Now Meg was born with a hole in her heart. The first few months of her life were a struggle as we fought hard to feed her (she would frequently take over one and a half hours to feed, and would need to be fed every three hours, and would throw up about every third bottle) and give her the strength to live. At 5 months old she had to have open-heart surgery and we had to face the very real possibility that our little girl could die.

At this point, more than any other in my life, I called out for some kind of meaning, some kind of support, some kind of sign or feeling that we were not on our own with this. But what I got back was nothing, nothing at all. There was no sense that there was a larger plan, that there was someone, or something looking out for us, that the universe cared in any way shape or form. All I felt was an overpowering sense of empty randomness. Meg might live; she might not. If she did then we’d be lucky, and if she didn’t then we’d be unlucky. It was as simple and straightforward as that. There was no God; there was no Universal Force at work. This was the point that I stopped searching; this was the point I lost all interest in religion.

Now as it turned out, Meg survived and thrived, and she fills our lives with joy. But we were lucky, that’s all. I cannot find it in my heart to believe anyone who would tell me otherwise. Maybe your god speaks to you, and I’m truly pleased for you if that is so, but there is nothing out there speaking to me.


Gyrobo said...

There MUST be a god. My taxes pay his salary.

BStrong said...

It's difficult for me to comment on this post since I'm Jewish and very accepting of other religions and personal beliefs. I think that what is important here is that Meg survived her surgery and is bringing joy and happiness to you and your family every day. I also would like to think that my life is not solely based on luck or the lack of.

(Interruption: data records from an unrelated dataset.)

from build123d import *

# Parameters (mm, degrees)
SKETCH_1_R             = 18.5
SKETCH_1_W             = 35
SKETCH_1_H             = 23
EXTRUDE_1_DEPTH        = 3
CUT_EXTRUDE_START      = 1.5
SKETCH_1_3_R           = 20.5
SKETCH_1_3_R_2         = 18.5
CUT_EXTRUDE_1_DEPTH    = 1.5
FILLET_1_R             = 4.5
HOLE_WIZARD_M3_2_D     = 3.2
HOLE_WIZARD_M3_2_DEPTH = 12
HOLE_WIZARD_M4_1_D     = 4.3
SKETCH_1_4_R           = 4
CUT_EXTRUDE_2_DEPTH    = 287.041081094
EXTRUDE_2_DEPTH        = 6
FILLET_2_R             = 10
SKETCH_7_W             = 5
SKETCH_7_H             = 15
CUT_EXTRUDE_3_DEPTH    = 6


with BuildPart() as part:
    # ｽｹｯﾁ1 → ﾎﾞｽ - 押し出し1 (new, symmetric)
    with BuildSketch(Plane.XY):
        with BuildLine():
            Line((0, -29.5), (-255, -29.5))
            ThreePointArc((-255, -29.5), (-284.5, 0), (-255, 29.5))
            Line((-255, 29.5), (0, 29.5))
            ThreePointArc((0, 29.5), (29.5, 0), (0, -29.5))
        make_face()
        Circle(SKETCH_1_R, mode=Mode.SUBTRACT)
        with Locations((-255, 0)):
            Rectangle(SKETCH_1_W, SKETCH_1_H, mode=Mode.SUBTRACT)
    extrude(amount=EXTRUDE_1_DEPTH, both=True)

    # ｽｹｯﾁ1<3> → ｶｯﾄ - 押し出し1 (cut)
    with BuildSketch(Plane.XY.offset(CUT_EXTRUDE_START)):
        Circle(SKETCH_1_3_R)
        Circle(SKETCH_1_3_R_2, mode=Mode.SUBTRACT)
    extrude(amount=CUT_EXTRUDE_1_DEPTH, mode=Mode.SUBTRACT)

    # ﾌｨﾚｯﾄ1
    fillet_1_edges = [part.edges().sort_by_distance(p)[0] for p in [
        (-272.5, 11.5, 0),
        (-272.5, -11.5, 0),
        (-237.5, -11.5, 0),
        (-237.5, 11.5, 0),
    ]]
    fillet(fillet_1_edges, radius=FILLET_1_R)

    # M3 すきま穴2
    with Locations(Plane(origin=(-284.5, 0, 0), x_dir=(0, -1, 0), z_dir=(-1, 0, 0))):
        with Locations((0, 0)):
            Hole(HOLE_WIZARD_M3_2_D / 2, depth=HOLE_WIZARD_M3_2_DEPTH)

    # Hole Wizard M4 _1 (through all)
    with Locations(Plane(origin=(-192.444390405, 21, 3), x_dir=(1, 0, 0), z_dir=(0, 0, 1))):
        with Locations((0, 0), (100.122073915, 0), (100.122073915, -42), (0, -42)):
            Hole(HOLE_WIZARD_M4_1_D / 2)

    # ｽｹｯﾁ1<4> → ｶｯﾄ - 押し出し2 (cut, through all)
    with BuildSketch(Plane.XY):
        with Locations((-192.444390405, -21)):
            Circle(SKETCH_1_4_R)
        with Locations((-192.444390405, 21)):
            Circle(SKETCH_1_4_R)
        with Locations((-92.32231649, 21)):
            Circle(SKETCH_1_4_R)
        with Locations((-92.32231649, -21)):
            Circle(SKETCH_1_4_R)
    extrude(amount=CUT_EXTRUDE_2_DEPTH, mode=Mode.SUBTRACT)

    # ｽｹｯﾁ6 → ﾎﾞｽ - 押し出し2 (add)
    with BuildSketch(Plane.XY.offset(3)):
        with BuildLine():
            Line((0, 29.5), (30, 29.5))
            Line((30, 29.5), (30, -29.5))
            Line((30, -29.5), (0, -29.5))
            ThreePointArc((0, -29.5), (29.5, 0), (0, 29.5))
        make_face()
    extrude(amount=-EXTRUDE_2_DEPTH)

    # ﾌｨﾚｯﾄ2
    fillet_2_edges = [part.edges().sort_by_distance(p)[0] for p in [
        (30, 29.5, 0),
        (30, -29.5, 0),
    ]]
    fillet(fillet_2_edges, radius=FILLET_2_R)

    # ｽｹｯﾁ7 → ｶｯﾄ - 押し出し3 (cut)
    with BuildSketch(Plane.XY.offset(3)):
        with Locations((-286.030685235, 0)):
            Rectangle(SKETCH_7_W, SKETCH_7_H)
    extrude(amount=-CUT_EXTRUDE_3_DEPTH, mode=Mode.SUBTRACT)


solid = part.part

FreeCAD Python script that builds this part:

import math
import FreeCAD as App
import Part
import Sketcher
from FreeCAD import Vector


def edges_at(feature, points):
    """Names of the edges that pass closest to the given points."""
    edges = feature.Shape.Edges
    near = lambda p: min(range(len(edges)), key=lambda i: edges[i].distToShape(Part.Vertex(*p))[0])
    return sorted({f"Edge{near(p) + 1}" for p in points})

doc = App.newDocument("Part")
params = doc.addObject("Spreadsheet::Sheet", "Params")
for row, (alias, value) in enumerate([
    ("sketch1_diameter", "37 mm"),
    ("sketch1_radius", "29.5 mm"),
    ("sketch1_width", "255 mm"),
    ("sketch1_width2", "35 mm"),
    ("sketch1_height", "23 mm"),
    ("pad1_length", "6 mm"),
    ("sketch2_diameter", "41 mm"),
    ("sketch2_diameter2", "37 mm"),
    ("pocket1_length", "1.5 mm"),
    ("fillet_radius", "4.5 mm"),
    ("sketch3_diameter", "3.2 mm"),
    ("hole_diameter", "3.2 mm"),
    ("hole_depth", "12 mm"),
    ("sketch4_diameter", "4.3 mm"),
    ("hole2_diameter", "4.3 mm"),
    ("sketch5_diameter", "8 mm"),
    ("sketch6_radius", "29.5 mm"),
    ("sketch6_width", "30 mm"),
    ("pad2_length", "6 mm"),
    ("fillet2_radius", "10 mm"),
    ("sketch7_width", "5 mm"),
    ("sketch7_height", "15 mm"),
    ("pocket3_length", "6 mm"),
], start=1):
    params.set(f"A{row}", alias)
    params.set(f"B{row}", "=" + value)
    params.setAlias(f"B{row}", alias)

body = doc.addObject("PartDesign::Body", "Body")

Sounds like another beer and coffee evening around the kitchen table:)

Kim Ayres said...

gyrobo - ;)

bstrong - I think we're certainly going to need a lot of beer, coffee and evenings - sounds like a lot of fun!

Andraste said...

You have the inner emotional strength and intelligence to deal with life's complexities, pains and joys without the help of any random and amorphous silliness or religious dogma. You think for yourself, which is the one thing religious people refuse to do. This is why they need religion.

I wish we could "un-invent" it.

Gyrobo said...

I heard once that God's power isn't the storm, but the calm that follows. The way I heard it was much more poetic, but you get the idea.

Tara Marie said...

I think....therefore I am.

I think that this was a very soulful post.....I like gyrobo's idea of the calm after the storm.

I'm a searcher, so I embrace everything.......

Joy,,,,that is truly a magical emotion

Naomi said...

I don't think I've ever believed in God, or ever really questioned my non-belief. I had to pray at assembly at my CofE junior school and had to "promise to do my duty to God" when I became a brownie, but they were just words and rituals to say. I'm very tolerant of others beliefs but am always slightly bemused by their faith in some greater power.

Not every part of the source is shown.